# Brewing my first Home Brew this weekend!!!



## mikey202 (Dec 29, 2005)

A friend and I are brewing a Nut Brown Ale...I'm so happy!!!! This is a first for me.:ss


----------



## Prefy (Mar 6, 2007)

I love home brew, i usta steal my dads and supply my friends. He made so much and was always brewing different kinds, he never realised that I was taking it:r .

HAVE FUN!


----------



## cmiller (Sep 8, 2005)

Welcome to a great hobby! Your probably already aware of this but I'll say it anyway, the single most important thing to turning out a great beer is sanitization. Anything that is going to touch the wort after the boil must be sanitary. Almost anything you brew will at least be drinkable if you avoid contamination.

That said, are you leaping into all grain right off the bat or doing an extract batch?

howtobrew.com is an exclent resource for the beginning home brewer. I refered to it many time for my first several batches.


----------



## gvarsity (Dec 12, 2006)

Congratulations. There is a real satisfaction to drinking a beer you brewed yourself.


----------



## Warhorse545 (Oct 16, 2005)

About dang time. And watch it close, you DO NOT WANT A BOIL OVER.



Trust me on this. :cb 


Stacey


----------



## newcigarz (Feb 11, 2007)

Good Luck, Let us know how it turns out. :ss


----------



## Hydrated (Aug 9, 2006)

Warhorse545 said:


> About dang time. And watch it close, you DO NOT WANT A BOIL OVER.
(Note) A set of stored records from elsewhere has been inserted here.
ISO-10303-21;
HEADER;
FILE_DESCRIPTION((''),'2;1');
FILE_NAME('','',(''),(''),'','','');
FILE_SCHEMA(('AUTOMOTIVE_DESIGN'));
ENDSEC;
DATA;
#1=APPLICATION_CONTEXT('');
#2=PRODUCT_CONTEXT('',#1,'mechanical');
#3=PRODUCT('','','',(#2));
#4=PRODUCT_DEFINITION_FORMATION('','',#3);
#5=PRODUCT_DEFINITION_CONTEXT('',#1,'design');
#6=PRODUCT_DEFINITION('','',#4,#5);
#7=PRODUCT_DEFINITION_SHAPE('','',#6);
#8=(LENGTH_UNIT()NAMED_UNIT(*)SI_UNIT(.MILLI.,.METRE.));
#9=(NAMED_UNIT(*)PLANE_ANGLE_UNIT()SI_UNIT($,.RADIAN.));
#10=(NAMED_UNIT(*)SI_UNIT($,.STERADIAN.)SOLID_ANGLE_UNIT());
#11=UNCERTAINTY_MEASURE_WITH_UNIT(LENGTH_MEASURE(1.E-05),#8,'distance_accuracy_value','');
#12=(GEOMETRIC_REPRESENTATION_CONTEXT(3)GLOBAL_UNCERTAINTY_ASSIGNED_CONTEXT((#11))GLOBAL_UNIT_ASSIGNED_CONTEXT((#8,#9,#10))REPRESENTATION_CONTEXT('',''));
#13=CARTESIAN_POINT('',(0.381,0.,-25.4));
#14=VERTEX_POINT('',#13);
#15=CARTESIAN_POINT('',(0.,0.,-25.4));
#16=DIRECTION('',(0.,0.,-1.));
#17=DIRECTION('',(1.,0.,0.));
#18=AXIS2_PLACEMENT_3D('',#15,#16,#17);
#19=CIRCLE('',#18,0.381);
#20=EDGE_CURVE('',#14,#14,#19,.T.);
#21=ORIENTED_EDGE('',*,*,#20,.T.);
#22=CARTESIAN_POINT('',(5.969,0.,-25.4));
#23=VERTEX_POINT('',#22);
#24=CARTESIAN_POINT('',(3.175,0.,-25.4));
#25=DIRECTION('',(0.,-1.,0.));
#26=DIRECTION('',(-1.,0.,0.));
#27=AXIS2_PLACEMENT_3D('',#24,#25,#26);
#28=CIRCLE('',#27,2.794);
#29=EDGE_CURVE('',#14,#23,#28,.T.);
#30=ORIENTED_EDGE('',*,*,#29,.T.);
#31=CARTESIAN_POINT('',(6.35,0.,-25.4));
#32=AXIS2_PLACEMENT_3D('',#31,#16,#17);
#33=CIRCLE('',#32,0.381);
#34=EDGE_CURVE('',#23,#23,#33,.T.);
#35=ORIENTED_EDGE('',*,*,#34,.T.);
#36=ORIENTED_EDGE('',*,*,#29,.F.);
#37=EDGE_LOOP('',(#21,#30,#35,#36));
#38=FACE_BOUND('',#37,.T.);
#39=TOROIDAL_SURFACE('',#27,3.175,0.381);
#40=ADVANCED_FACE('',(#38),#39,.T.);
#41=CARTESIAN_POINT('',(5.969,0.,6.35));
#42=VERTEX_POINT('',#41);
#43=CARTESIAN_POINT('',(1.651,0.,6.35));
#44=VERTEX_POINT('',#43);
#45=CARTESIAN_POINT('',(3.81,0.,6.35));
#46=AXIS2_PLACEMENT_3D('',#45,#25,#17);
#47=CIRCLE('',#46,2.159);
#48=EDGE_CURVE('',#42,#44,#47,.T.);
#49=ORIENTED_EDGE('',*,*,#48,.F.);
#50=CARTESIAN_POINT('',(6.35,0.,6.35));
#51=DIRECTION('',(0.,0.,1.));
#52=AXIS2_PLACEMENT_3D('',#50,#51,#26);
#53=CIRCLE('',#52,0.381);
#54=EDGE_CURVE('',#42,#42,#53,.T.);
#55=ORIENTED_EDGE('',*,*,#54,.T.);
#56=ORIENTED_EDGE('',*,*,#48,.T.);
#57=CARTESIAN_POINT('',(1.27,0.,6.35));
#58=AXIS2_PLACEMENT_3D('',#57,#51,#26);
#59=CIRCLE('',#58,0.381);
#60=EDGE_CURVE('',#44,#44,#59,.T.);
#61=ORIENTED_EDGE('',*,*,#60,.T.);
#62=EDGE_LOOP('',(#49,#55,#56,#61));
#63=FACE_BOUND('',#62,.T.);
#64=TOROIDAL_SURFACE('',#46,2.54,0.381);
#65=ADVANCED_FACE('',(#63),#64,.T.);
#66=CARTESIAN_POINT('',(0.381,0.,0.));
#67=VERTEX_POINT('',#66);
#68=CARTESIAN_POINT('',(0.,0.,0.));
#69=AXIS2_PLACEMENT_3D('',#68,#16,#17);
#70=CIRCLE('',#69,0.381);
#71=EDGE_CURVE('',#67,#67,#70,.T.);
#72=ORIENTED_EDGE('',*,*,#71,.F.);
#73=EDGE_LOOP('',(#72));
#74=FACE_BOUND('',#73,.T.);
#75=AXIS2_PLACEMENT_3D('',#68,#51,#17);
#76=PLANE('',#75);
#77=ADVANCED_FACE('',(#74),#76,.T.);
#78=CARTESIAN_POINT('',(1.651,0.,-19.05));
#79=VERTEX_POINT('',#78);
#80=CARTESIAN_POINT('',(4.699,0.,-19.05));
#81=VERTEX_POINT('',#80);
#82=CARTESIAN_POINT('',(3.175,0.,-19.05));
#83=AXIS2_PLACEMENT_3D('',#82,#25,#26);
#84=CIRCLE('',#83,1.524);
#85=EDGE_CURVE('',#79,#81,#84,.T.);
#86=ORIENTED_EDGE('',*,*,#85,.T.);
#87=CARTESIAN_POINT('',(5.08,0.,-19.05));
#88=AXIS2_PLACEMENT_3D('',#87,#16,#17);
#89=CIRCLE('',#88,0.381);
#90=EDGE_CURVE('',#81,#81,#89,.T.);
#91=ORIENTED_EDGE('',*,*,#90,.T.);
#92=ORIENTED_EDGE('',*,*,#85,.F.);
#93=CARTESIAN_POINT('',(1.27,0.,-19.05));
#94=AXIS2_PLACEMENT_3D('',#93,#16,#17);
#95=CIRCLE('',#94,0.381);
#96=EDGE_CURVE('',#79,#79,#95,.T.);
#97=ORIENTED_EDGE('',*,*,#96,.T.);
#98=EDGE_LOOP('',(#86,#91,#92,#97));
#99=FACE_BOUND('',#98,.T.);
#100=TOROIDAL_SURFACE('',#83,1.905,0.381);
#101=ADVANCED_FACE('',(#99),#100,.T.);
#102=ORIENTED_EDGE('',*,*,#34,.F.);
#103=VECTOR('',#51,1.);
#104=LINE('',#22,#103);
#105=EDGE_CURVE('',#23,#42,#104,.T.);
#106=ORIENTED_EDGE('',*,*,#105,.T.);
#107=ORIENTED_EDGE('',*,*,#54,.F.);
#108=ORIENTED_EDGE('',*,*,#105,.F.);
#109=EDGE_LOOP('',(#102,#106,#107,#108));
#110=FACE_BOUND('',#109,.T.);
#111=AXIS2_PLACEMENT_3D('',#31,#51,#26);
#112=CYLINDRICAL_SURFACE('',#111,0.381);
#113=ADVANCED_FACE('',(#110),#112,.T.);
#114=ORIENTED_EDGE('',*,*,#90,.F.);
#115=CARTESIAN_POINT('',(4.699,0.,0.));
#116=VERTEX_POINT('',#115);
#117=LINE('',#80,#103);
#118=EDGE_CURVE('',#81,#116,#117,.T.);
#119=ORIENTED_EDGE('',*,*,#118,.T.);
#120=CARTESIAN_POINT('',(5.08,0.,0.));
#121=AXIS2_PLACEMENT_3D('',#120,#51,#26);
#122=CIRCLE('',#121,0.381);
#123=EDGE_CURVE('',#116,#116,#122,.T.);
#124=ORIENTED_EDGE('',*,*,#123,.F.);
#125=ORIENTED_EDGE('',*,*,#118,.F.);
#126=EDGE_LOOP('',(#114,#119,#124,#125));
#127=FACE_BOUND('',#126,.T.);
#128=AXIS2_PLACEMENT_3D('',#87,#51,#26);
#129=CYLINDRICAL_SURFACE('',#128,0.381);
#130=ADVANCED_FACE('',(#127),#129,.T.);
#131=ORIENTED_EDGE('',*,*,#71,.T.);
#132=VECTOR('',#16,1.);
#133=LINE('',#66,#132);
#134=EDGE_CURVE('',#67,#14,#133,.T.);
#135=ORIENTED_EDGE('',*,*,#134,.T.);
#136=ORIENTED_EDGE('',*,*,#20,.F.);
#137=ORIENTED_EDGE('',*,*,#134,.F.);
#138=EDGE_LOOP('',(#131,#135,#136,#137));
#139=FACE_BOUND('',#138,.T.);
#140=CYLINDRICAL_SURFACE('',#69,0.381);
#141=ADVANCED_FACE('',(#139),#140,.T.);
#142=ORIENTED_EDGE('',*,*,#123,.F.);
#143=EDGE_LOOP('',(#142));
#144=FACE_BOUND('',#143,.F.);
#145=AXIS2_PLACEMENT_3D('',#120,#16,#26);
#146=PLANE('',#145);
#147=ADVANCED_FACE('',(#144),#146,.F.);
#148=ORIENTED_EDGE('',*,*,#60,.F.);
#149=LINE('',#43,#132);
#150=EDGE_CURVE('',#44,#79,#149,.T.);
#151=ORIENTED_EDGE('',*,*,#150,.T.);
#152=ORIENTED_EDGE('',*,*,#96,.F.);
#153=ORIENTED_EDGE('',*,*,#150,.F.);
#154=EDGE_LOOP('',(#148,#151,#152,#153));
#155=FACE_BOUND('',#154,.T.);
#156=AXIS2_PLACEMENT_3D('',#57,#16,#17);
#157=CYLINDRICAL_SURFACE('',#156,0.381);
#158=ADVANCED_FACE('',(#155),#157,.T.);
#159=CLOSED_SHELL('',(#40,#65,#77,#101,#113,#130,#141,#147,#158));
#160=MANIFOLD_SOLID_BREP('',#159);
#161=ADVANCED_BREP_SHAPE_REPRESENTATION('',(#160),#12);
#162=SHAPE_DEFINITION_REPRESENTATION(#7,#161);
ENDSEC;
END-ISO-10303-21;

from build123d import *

# Parameters (mm, degrees)
F1_R = 0.381


with BuildPart() as f2:
    # F2: sweep along a path in F0
    with BuildLine(Plane.XZ) as f2_path:
        Line((0, 0), (0, -25.4))
        ThreePointArc((0, -25.4), (3.175, -28.575), (6.35, -25.4))
        Line((6.35, -25.4), (6.35, 6.35))
        ThreePointArc((6.35, 6.35), (3.81, 8.89), (1.27, 6.35))
        Line((1.27, 6.35), (1.27, -19.05))
        ThreePointArc((1.27, -19.05), (3.175, -20.955), (5.08, -19.05))
        Line((5.08, -19.05), (5.08, 0))
    # F1 (on Top) → F2 (sweep)
    with BuildSketch(Plane.XY):
        Circle(F1_R)
    sweep(path=f2_path.line)


solid = f2.part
Can you say "Molasses Flavored Concrete"?


----------



## mikey202 (Dec 29, 2005)

OK, here is an update,

yesterday we started the process.....

the stuff...the grains,malts,hops.  The 'lil ones..... boiling the mash,after 60 minutes,the hop pellets,hops and finishing hops....


----------



## mikey202 (Dec 29, 2005)

checking the % and cooling 
EAT 'LIL ones!!! EAT!!!
My buddy called me and said our "creation" was bubbling nicely..YEA!!!!!


----------



## john51277 (Feb 27, 2007)

mikey202 said:


> OK, here is an update,
> 
> yesterday we started the process.....
> 
> the stuff...the grains,malts,hops.  The 'lil ones..... boiling the mash,after 60 minutes,the hop pellets,hops and finishing hops....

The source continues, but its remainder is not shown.